Provided material
..........

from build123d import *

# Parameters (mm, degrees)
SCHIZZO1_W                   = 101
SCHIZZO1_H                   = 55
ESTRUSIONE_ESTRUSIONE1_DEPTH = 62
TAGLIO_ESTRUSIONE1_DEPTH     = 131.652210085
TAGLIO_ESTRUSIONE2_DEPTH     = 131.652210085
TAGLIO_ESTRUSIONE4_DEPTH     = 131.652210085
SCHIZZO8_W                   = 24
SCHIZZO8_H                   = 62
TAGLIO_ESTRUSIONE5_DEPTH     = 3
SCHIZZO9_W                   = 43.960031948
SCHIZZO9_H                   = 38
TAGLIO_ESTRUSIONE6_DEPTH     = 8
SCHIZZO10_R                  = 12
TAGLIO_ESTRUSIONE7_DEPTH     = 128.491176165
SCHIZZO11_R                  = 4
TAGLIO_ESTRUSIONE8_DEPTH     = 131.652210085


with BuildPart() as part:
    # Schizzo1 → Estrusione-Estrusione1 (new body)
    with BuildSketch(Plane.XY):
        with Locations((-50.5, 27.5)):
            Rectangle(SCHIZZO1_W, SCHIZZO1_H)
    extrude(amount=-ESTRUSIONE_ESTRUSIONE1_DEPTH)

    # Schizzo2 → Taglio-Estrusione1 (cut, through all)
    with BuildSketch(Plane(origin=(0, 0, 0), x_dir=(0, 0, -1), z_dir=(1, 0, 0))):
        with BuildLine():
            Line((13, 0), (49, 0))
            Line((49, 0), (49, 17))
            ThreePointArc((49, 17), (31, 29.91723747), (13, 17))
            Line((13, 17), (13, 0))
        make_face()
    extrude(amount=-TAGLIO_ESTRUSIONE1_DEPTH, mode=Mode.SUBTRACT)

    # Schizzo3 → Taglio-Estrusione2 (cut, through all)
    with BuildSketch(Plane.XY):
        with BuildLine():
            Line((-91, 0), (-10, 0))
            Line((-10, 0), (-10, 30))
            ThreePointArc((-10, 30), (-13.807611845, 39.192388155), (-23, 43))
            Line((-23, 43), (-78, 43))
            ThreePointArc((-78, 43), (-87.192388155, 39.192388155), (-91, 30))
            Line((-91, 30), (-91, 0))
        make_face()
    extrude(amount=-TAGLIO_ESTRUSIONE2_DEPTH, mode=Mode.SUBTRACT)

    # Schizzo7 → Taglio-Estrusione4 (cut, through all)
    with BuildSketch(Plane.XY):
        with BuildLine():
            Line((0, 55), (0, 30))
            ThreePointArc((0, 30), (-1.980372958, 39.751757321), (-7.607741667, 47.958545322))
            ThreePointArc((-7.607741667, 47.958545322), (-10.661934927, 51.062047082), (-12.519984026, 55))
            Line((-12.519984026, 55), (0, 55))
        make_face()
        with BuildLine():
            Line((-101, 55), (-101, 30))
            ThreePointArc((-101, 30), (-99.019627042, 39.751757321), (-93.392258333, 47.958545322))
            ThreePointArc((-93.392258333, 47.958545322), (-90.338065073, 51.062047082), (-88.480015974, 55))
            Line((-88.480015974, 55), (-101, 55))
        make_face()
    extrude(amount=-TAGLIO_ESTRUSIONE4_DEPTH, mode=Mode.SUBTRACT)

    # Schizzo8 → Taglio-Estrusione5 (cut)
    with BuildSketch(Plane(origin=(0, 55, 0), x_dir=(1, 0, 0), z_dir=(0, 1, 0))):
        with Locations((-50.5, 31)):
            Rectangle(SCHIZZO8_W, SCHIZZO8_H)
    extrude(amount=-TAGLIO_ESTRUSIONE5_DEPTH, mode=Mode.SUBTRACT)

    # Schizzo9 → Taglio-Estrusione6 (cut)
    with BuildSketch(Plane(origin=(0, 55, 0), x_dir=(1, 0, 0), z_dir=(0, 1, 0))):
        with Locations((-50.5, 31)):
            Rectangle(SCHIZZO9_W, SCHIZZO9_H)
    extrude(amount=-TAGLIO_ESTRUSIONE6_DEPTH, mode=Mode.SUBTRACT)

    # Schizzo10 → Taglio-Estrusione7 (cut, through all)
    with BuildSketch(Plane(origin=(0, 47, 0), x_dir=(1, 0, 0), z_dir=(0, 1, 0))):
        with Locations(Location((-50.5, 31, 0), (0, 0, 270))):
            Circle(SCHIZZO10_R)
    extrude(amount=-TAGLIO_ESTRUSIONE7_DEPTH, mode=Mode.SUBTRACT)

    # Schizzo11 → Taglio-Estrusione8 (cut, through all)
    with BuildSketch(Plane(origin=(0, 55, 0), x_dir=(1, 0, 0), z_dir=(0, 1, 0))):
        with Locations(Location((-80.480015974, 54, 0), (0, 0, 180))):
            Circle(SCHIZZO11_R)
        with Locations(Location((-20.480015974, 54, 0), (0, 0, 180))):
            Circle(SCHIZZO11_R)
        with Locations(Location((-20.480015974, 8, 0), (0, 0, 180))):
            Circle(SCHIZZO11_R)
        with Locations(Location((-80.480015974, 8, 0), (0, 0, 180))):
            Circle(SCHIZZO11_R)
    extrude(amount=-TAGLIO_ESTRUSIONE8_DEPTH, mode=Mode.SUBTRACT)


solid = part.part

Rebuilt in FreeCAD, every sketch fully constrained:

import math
import FreeCAD as App
import Part
import Sketcher
Q = App.Units.Quantity

doc = App.newDocument("Part")
body = doc.addObject("PartDesign::Body", "Body")

sketch1 = body.newObject("Sketcher::SketchObject", "Sketch")
sketch1.AttachmentSupport = (doc.getObject("XY_Plane"), [""])
sketch1.MapMode = "FlatFace"
sketch1.addGeometry([
    Part.LineSegment(App.Vector(-101, 55, 0), App.Vector(-101, 0, 0)),
    Part.LineSegment(App.Vector(-101, 0, 0), App.Vector(0, 0, 0)),
    Part.LineSegment(App.Vector(0, 0, 0), App.Vector(0, 55, 0)),
    Part.LineSegment(App.Vector(0, 55, 0), App.Vector(-101, 55, 0)),
], False)
sketch1.addConstraint([
    Sketcher.Constraint("Coincident", 0, 2, 1, 1),
    Sketcher.Constraint("Coincident", 1, 2, 2, 1),
    Sketcher.Constraint("Coincident", 2, 2, 3, 1),
    Sketcher.Constraint("Coincident", 3, 2, 0, 1),
    Sketcher.Constraint("Vertical", 0),
    Sketcher.Constraint("Horizontal", 1),
    Sketcher.Constraint("Vertical", 2),
    Sketcher.Constraint("Horizontal", 3),
    Sketcher.Constraint("Coincident", 1, 2, -1, 1),
    Sketcher.Constraint("DistanceX", 1, 1, 1, 2, Q("101 mm")),
    Sketcher.Constraint("DistanceY", 0, 2, 0, 1, Q("55 mm")),
])
pad1 = body.newObject("PartDesign::Pad", "Pad")
pad1.Profile = sketch1
pad1.Length = 62
pad1.Reversed = True

sketch2 = body.newObject("Sketcher::SketchObject", "Sketch001")
sketch2.AttachmentSupport = (doc.getObject("YZ_Plane"), [""])
sketch2.MapMode = "FlatFace"
sketch2.addGeometry([
    Part.LineSegment(App.Vector(0, -13, 0), App.Vector(0, -49, 0)),
    Part.LineSegment(App.Vector(0, -49, 0), App.Vector(17, -49, 0)),
    Part.ArcOfCircle(Part.Circle(App.Vector(10.917237, -31, 0), App.Vector(0, 0, 1), 19), math.radians(-71.328282), math.radians(71.328282)),
    Part.LineSegment(App.Vector(17, -13, 0), App.Vector(0, -13, 0)),
], False)
sketch2.addConstraint([
    Sketcher.Constraint("Coincident", 0, 2, 1, 1),
    Sketcher.Constraint("Coincident", 1, 2, 2, 1),
    Sketcher.Constraint("Coincident", 2, 2, 3, 1),
    Sketcher.Constraint("Coincident", 3, 2, 0, 1),
    Sketcher.Constraint("Vertical", 0),
    Sketcher.Constraint("Horizontal", 1),
    Sketcher.Constraint("Horizontal", 3),
    Sketcher.Constraint("PointOnObject", 0, 2, -2),
    Sketcher.Constraint("Vertical", 1, 2, 2, 2),
    Sketcher.Constraint("Radius", 2, Q("19 mm")),
    Sketcher.Constraint("DistanceX", 1, 1, 1, 2, Q("17 mm")),
    Sketcher.Constraint("DistanceY", 0, 2, 0, 1, Q("36 mm")),
    Sketcher.Constraint("DistanceY", 2, 3, -1, 1, Q("31 mm")),
])
pocket1 = body.newObject("PartDesign::Pocket", "Pocket")
pocket1.Profile = sketch2
pocket1.Type = "ThroughAll"

sketch3 = body.newObject("Sketcher::SketchObject", "Sketch002")
sketch3.AttachmentSupport = (doc.getObject("XY_Plane"), [""])
sketch3.MapMode = "FlatFace"
sketch3.addGeometry([
    Part.LineSegment(App.Vector(-91, 0, 0), App.Vector(-10, 0, 0)),
    Part.LineSegment(App.Vector(-10, 0, 0), App.Vector(-10, 30, 0)),
    Part.ArcOfCircle(Part.Circle(App.Vector(-23, 30, 0), App.Vector(0, 0, 1), 13), math.radians(0), math.radians(90)),
    Part.LineSegment(App.Vector(-23, 43, 0), App.Vector(-78, 43, 0)),
    Part.ArcOfCircle(Part.Circle(App.Vector(-78, 30, 0), App.Vector(0, 0, 1), 13), math.radians(90), math.radians(180)),
    Part.LineSegment(App.Vector(-91, 30, 0), App.Vector(-91, 0, 0)),
], False)
sketch3.addConstraint([
    Sketcher.Constraint("Coincident", 0, 2, 1, 1),
    Sketcher.Constraint("Tangent", 1, 2, 2, 1),
    Sketcher.Constraint("Tangent", 2, 2, 3, 1),
    Sketcher.Constraint("Tangent", 3, 2, 4, 1),
    Sketcher.Constraint("Tangent", 4, 2, 5, 1),
    Sketcher.Constraint("Coincident", 5, 2, 0, 1),
    Sketcher.Constraint("Horizontal", 0),
    Sketcher.Constraint("Vertical", 1),
    Sketcher.Constraint("Horizontal", 3),
    Sketcher.Constraint("Vertical", 5),
    Sketcher.Constraint("Equal", 2, 4),
    Sketcher.Constraint("PointOnObject", 0, 2, -1),
    Sketcher.Constraint("Radius", 2, Q("13 mm")),
    Sketcher.Constraint("DistanceX", 0, 1, 0, 2, Q("81 mm")),
    Sketcher.Constraint("DistanceY", 1, 1, 1, 2, Q("30 mm")),
    Sketcher.Constraint("DistanceX", 2, 3, -1, 1, Q("23 mm")),
])
pocket2 = body.newObject("PartDesign::Pocket", "Pocket001")
pocket2.Profile = sketch3
pocket2.Type = "ThroughAll"

sketch4 = body.newObject("Sketcher::SketchObject", "Sketch003")
sketch4.AttachmentSupport = (doc.getObject("XY_Plane"), [""])
sketch4.MapMode = "FlatFace"
sketch4.addGeometry([
    Part.LineSegment(App.Vector(0, 30, 0), App.Vector(0, 55, 0)),
    Part.LineSegment(App.Vector(0, 55, 0), App.Vector(-12.519984, 55, 0)),
    Part.ArcOfCircle(Part.Circle(App.Vector(0, 58.5, 0), App.Vector(0, 0, 1), 13), math.radians(-164.381502), math.radians(-125.81789)),
    Part.ArcOfCircle(Part.Circle(App.Vector(-25, 30, 0), App.Vector(0, 0, 1), 25), math.radians(0), math.radians(45.917747)),
    Part.LineSegment(App.Vector(-101, 55, 0), App.Vector(-101, 30, 0)),
    Part.ArcOfCircle(Part.Circle(App.Vector(-76, 30, 0), App.Vector(0, 0, 1), 25), math.radians(134.082253), math.radians(180)),
    Part.ArcOfCircle(Part.Circle(App.Vector(-101, 58.5, 0), App.Vector(0, 0, 1), 13), math.radians(-54.18211), math.radians(-15.618498)),
    Part.LineSegment(App.Vector(-88.480016, 55, 0), App.Vector(-101, 55, 0)),
], False)
sketch4.addConstraint([
    Sketcher.Constraint("Coincident", 0, 2, 1, 1),
    Sketcher.Constraint("Coincident", 1, 2, 2, 1),
    Sketcher.Constraint("Coincident", 2, 2, 3, 2),
    Sketcher.Constraint("Tangent", 3, 1, 0, 1),
    Sketcher.Constraint("Tangent", 4, 2, 5, 2),
    Sketcher.Constraint("Coincident", 5, 1, 6, 1),
    Sketcher.Constraint("Coincident", 6, 2, 7, 1),
    Sketcher.Constraint("Coincident", 7, 2, 4, 1),
    Sketcher.Constraint("Vertical", 0),
    Sketcher.Constraint("Horizontal", 1),
    Sketcher.Constraint("Vertical", 4),
    Sketcher.Constraint("Horizontal", 7),
    Sketcher.Constraint("Equal", 3, 5),
    Sketcher.Constraint("Equal", 2, 6),
    Sketcher.Constraint("PointOnObject", 2, 3, -2),
    Sketcher.Constraint("PointOnObject", 0, 2, -2),
    Sketcher.Constraint("Horizontal", 3, 3, 5, 3),
    Sketcher.Constraint("Horizontal", 2, 3, 6, 3),
    Sketcher.Constraint("Horizontal", 2, 2, 5, 1),
    Sketcher.Constraint("Horizontal", 1, 2, 6, 2),
    Sketcher.Constraint("Radius", 2, Q("13 mm")),
    Sketcher.Constraint("Radius", 3, Q("25 mm")),
    Sketcher.Constraint("DistanceY", 0, 1, 0, 2, Q("25 mm")),
    Sketcher.Constraint("DistanceY", -1, 1, 3, 3, Q("30 mm")),
    Sketcher.Constraint("DistanceX", 5, 3, -1, 1, Q("76 mm")),
    Sketcher.Constraint("DistanceY", -1, 1, 2, 3, Q("58.5 mm")),
])
pocket3 = body.newObject("PartDesign::Pocket", "Pocket002")
pocket3.Profile = sketch4
pocket3.Type = "ThroughAll"

sketch5 = body.newObject("Sketcher::SketchObject", "Sketch004")
sketch5.AttachmentSupport = (doc.getObject("XZ_Plane"), [""])
sketch5.MapMode = "FlatFace"
sketch5.AttachmentOffset = App.Placement(App.Vector(0, 0, -55), App.Rotation())
sketch5.addGeometry([
    Part.LineSegment(App.Vector(-62.5, -62, 0), App.Vector(-62.5, 0, 0)),
    Part.LineSegment(App.Vector(-62.5, 0, 0), App.Vector(-38.5, 0, 0)),
    Part.LineSegment(App.Vector(-38.5, 0, 0), App.Vector(-38.5, -62, 0)),
    Part.LineSegment(App.Vector(-38.5, -62, 0), App.Vector(-62.5, -62, 0)),
], False)
sketch5.addConstraint([
    Sketcher.Constraint("Coincident", 0, 2, 1, 1),
    Sketcher.Constraint("Coincident", 1, 2, 2, 1),
    Sketcher.Constraint("Coincident", 2, 2, 3, 1),
    Sketcher.Constraint("Coincident", 3, 2, 0, 1),
    Sketcher.Constraint("Vertical", 0),
    Sketcher.Constraint("Horizontal", 1),
    Sketcher.Constraint("Vertical", 2),
    Sketcher.Constraint("Horizontal", 3),
    Sketcher.Constraint("PointOnObject", 0, 2, -1),
    Sketcher.Constraint("DistanceX", 1, 1, 1, 2, Q("24 mm")),
    Sketcher.Constraint("DistanceY", 0, 1, 0, 2, Q("62 mm")),
    Sketcher.Constraint("DistanceX", 0, 2, -1, 1, Q("62.5 mm")),
])
pocket4 = body.newObject("PartDesign::Pocket", "Pocket003")
pocket4.Profile = sketch5
pocket4.Length = 3
pocket4.Reversed = True

sketch6 = body.newObject("Sketcher::SketchObject", "Sketch005")
sketch6.AttachmentSupport = (doc.getObject("XZ_Plane"), [""])
sketch6.MapMode = "FlatFace"
sketch6.AttachmentOffset = App.Placement(App.Vector(0, 0, -55), App.Rotation())
sketch6.addGeometry([
    Part.LineSegment(App.Vector(-72.480016, -50, 0), App.Vector(-72.480016, -12, 0)),
    Part.LineSegment(App.Vector(-72.480016, -12, 0), App.Vector(-28.519984, -12, 0)),
    Part.LineSegment(App.Vector(-28.519984, -12, 0), App.Vector(-28.519984, -50, 0)),
    Part.LineSegment(App.Vector(-28.519984, -50, 0), App.Vector(-72.480016, -50, 0)),
], False)
sketch6.addConstraint([
    Sketcher.Constraint("Coincident", 0, 2, 1, 1),
    Sketcher.Constraint("Coincident", 1, 2, 2, 1),
    Sketcher.Constraint("Coincident", 2, 2, 3, 1),
    Sketcher.Constraint("Coincident", 3, 2, 0, 1),
    Sketcher.Constraint("Vertical", 0),
    Sketcher.Constraint("Horizontal", 1),
    Sketcher.Constraint("Vertical", 2),
    Sketcher.Constraint("Horizontal", 3),
    Sketcher.Constraint("DistanceY", 0, 1, 0, 2, Q("38 mm")),
    Sketcher.Constraint("DistanceY", 0, 2, -1, 1, Q("12 mm")),
    Sketcher.Constraint("DistanceX", 1, 1, 1, 2, Q("43.960032 mm")),
    Sketcher.Constraint("DistanceX", 0, 2, -1, 1, Q("72.480016 mm")),
])
pocket5 = body.newObject("PartDesign::Pocket", "Pocket004")
pocket5.Profile = sketch6
pocket5.Length = 8
pocket5.Reversed = True
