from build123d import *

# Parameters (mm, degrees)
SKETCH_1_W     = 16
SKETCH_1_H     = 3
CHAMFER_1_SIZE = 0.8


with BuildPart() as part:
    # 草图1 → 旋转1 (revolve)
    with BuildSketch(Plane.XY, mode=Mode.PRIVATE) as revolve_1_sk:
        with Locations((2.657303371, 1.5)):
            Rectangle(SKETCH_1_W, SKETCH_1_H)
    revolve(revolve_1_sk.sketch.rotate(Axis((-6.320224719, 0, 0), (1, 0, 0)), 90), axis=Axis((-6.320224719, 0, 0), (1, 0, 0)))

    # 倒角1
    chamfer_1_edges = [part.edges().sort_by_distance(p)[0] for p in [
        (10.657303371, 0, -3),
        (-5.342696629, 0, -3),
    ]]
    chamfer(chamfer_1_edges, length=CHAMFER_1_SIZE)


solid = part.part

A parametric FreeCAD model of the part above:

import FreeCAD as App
import Part
import Sketcher

V = App.Vector
Q = App.Units.Quantity


def edges_at(feature, points):
    """Names of the edges that pass closest to the given points."""
    edges = feature.Shape.Edges
    near = lambda p: min(range(len(edges)), key=lambda i: edges[i].distToShape(Part.Vertex(*p))[0])
    return sorted({f"Edge{near(p) + 1}" for p in points})

doc = App.newDocument("Part")
body = doc.addObject("PartDesign::Body", "Body")

sketch1 = body.newObject("Sketcher::SketchObject", "Sketch")
sketch1.AttachmentSupport = (doc.getObject("XY_Plane"), [""])
sketch1.MapMode = "FlatFace"
sketch1.addGeometry([
    Part.LineSegment(V(-5.3, 3, 0), V(-5.3, 0, 0)),
    Part.LineSegment(V(-5.3, 0, 0), V(10.7, 0, 0)),
    Part.LineSegment(V(10.7, 0, 0), V(10.7, 3, 0)),
    Part.LineSegment(V(10.7, 3, 0), V(-5.3, 3, 0)),
], False)
sketch1.addConstraint([
    Sketcher.Constraint("Coincident", 0, 2, 1, 1),
    Sketcher.Constraint("Coincident", 1, 2, 2, 1),
    Sketcher.Constraint("Coincident", 2, 2, 3, 1),
    Sketcher.Constraint("Coincident", 3, 2, 0, 1),
    Sketcher.Constraint("Vertical", 0),
    Sketcher.Constraint("Horizontal", 1),
    Sketcher.Constraint("Vertical", 2),
    Sketcher.Constraint("Horizontal", 3),
    Sketcher.Constraint("PointOnObject", 0, 2, -1),
    Sketcher.Constraint("DistanceX", 1, 1, 1, 2, Q("16 mm")),
    Sketcher.Constraint("DistanceY", 0, 2, 0, 1, Q("3 mm")),
    Sketcher.Constraint("DistanceX", 0, 2, -1, 1, Q("5.342697 mm")),
])
revolution = body.newObject("PartDesign::Revolution", "Revolution")
revolution.Profile = sketch1
revolution.ReferenceAxis = (sketch1, ["H_Axis"])
revolution.Angle = 360
doc.recompute()

chamfer = body.newObject("PartDesign::Chamfer", "Chamfer")
chamfer.Base = (revolution, edges_at(revolution, [(10.657, 0, -3), (-5.343, 0, -3)]))
chamfer.Size = 0.8

doc.recompute()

..........

In the material above, find the lines that contain "extrude" and show them.

Output for this exercise
    extrude(amount=-ESTRUSIONE_ESTRUSIONE1_DEPTH)
    extrude(amount=-TAGLIO_ESTRUSIONE1_DEPTH, mode=Mode.SUBTRACT)
    extrude(amount=-TAGLIO_ESTRUSIONE2_DEPTH, mode=Mode.SUBTRACT)
    extrude(amount=-TAGLIO_ESTRUSIONE4_DEPTH, mode=Mode.SUBTRACT)
    extrude(amount=-TAGLIO_ESTRUSIONE5_DEPTH, mode=Mode.SUBTRACT)
    extrude(amount=-TAGLIO_ESTRUSIONE6_DEPTH, mode=Mode.SUBTRACT)
    extrude(amount=-TAGLIO_ESTRUSIONE7_DEPTH, mode=Mode.SUBTRACT)
    extrude(amount=-TAGLIO_ESTRUSIONE8_DEPTH, mode=Mode.SUBTRACT)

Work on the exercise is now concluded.